*** Dataset extract ***
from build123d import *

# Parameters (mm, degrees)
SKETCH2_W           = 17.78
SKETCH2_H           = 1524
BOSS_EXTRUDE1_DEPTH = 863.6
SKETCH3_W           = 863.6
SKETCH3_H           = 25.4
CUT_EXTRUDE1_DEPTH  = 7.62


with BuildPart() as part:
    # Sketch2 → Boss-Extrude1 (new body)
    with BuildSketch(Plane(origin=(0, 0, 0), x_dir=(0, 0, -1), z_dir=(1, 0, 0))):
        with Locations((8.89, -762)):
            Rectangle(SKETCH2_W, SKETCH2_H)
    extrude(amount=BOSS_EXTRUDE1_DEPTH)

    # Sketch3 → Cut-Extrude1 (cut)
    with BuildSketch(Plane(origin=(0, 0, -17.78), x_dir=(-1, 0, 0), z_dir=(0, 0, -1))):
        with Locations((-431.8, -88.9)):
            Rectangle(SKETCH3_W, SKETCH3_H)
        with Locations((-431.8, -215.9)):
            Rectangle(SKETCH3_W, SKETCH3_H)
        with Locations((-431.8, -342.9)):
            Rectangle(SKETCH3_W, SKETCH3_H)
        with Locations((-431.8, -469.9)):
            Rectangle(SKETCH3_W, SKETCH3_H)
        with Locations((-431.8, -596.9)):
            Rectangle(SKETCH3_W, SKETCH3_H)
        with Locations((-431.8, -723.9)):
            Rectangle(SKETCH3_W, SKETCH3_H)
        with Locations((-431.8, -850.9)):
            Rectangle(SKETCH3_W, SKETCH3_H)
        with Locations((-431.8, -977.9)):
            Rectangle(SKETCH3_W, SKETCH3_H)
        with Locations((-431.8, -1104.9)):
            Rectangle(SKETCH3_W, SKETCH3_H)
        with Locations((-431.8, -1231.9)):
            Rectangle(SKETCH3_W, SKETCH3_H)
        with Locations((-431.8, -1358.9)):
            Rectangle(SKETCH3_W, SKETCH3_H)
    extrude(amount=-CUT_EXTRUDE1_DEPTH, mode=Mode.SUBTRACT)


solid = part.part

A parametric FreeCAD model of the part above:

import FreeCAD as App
import Part
import Sketcher
Q = App.Units.Quantity

doc = App.newDocument("Part")
params = doc.addObject("Spreadsheet::Sheet", "Params")
for row, (alias, value) in enumerate([
    ("sketch1_width", "60 in"),
    ("sketch1_height", "0.7 in"),
    ("pad1_length", "34 in"),
    ("sketch2_width", "34 in"),
    ("sketch2_height", "1 in"),
    ("pocket1_length", "0.3 in"),
], start=1):
    params.set(f"A{row}", alias)
    params.set(f"B{row}", "=" + value)
    params.setAlias(f"B{row}", alias)

body = doc.addObject("PartDesign::Body", "Body")

sketch1 = body.newObject("Sketcher::SketchObject", "Sketch")
sketch1.AttachmentSupport = (doc.getObject("YZ_Plane"), [""])
sketch1.MapMode = "FlatFace"
sketch1.addGeometry(Part.LineSegment(App.Vector(0, 0, 0), App.Vector(-1524, 0, 0)), False)
sketch1.addGeometry(Part.LineSegment(App.Vector(-1524, 0, 0), App.Vector(-1524, -18, 0)), False)
sketch1.addGeometry(Part.LineSegment(App.Vector(-1524, -18, 0), App.Vector(0, -18, 0)), False)
sketch1.addGeometry(Part.LineSegment(App.Vector(0, -18, 0), App.Vector(0, 0, 0)), False)
sketch1.addConstraint(Sketcher.Constraint("Coincident", 0, 2, 1, 1))
sketch1.addConstraint(Sketcher.Constraint("Coincident", 1, 2, 2, 1))
sketch1.addConstraint(Sketcher.Constraint("Coincident", 2, 2, 3, 1))
sketch1.addConstraint(Sketcher.Constraint("Coincident", 3, 2, 0, 1))
sketch1.addConstraint(Sketcher.Constraint("Horizontal", 0))
sketch1.addConstraint(Sketcher.Constraint("Vertical", 1))
sketch1.addConstraint(Sketcher.Constraint("Horizontal", 2))
sketch1.addConstraint(Sketcher.Constraint("Vertical", 3))
sketch1.addConstraint(Sketcher.Constraint("Coincident", 3, 2, -1, 1))
sketch1.addConstraint(Sketcher.Constraint("DistanceX", 0, 2, 0, 1, Q("60 in")))
sketch1.addConstraint(Sketcher.Constraint("DistanceY", 1, 2, 1, 1, Q("0.7 in")))
sketch1.setExpression("Constraints[9]", "Params.sketch1_width")
sketch1.setExpression("Constraints[10]", "Params.sketch1_height")
pad1 = body.newObject("PartDesign::Pad", "Pad")
pad1.Profile = sketch1
pad1.setExpression("Length", "Params.pad1_length")

sketch2 = body.newObject("Sketcher::SketchObject", "Sketch001")
sketch2.AttachmentSupport = (doc.getObject("XY_Plane"), [""])
sketch2.MapMode = "FlatFace"
sketch2.AttachmentOffset = App.Placement(App.Vector(0, 0, -0.7 * 25.4), App.Rotation())
sketch2.addGeometry(Part.LineSegment(App.Vector(864, -76, 0), App.Vector(864, -102, 0)), False)
sketch2.addGeometry(Part.LineSegment(App.Vector(864, -102, 0), App.Vector(0, -102, 0)), False)
sketch2.addGeometry(Part.LineSegment(App.Vector(0, -102, 0), App.Vector(0, -76, 0)), False)
sketch2.addGeometry(Part.LineSegment(App.Vector(0, -76, 0), App.Vector(864, -76, 0)), False)
sketch2.addGeometry(Part.LineSegment(App.Vector(864, -203, 0), App.Vector(864, -229, 0)), False)
sketch2.addGeometry(Part.LineSegment(App.Vector(864, -229, 0), App.Vector(0, -229, 0)), False)
sketch2.addGeometry(Part.LineSegment(App.Vector(0, -229, 0), App.Vector(0, -203, 0)), False)
sketch2.addGeometry(Part.LineSegment(App.Vector(0, -203, 0), App.Vector(864, -203, 0)), False)
sketch2.addGeometry(Part.LineSegment(App.Vector(864, -330, 0), App.Vector(864, -356, 0)), False)
sketch2.addGeometry(Part.LineSegment(App.Vector(864, -356, 0), App.Vector(0, -356, 0)), False)
sketch2.addGeometry(Part.LineSegment(App.Vector(0, -356, 0), App.Vector(0, -330, 0)), False)
sketch2.addGeometry(Part.LineSegment(App.Vector(0, -330, 0), App.Vector(864, -330, 0)), False)
sketch2.addGeometry(Part.LineSegment(App.Vector(864, -457, 0), App.Vector(864, -483, 0)), False)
*** End of Dataset extract ***
**Exercise description**
Output, exactly and in full, the lines from the start of the entries above through the line that contains "# Sketch3 → Cut-Extrude1 (cut)".

**Expected answer**
from build123d import *

# Parameters (mm, degrees)
SKETCH2_W           = 17.78
SKETCH2_H           = 1524
BOSS_EXTRUDE1_DEPTH = 863.6
SKETCH3_W           = 863.6
SKETCH3_H           = 25.4
CUT_EXTRUDE1_DEPTH  = 7.62


with BuildPart() as part:
    # Sketch2 → Boss-Extrude1 (new body)
    with BuildSketch(Plane(origin=(0, 0, 0), x_dir=(0, 0, -1), z_dir=(1, 0, 0))):
        with Locations((8.89, -762)):
            Rectangle(SKETCH2_W, SKETCH2_H)
    extrude(amount=BOSS_EXTRUDE1_DEPTH)

    # Sketch3 → Cut-Extrude1 (cut)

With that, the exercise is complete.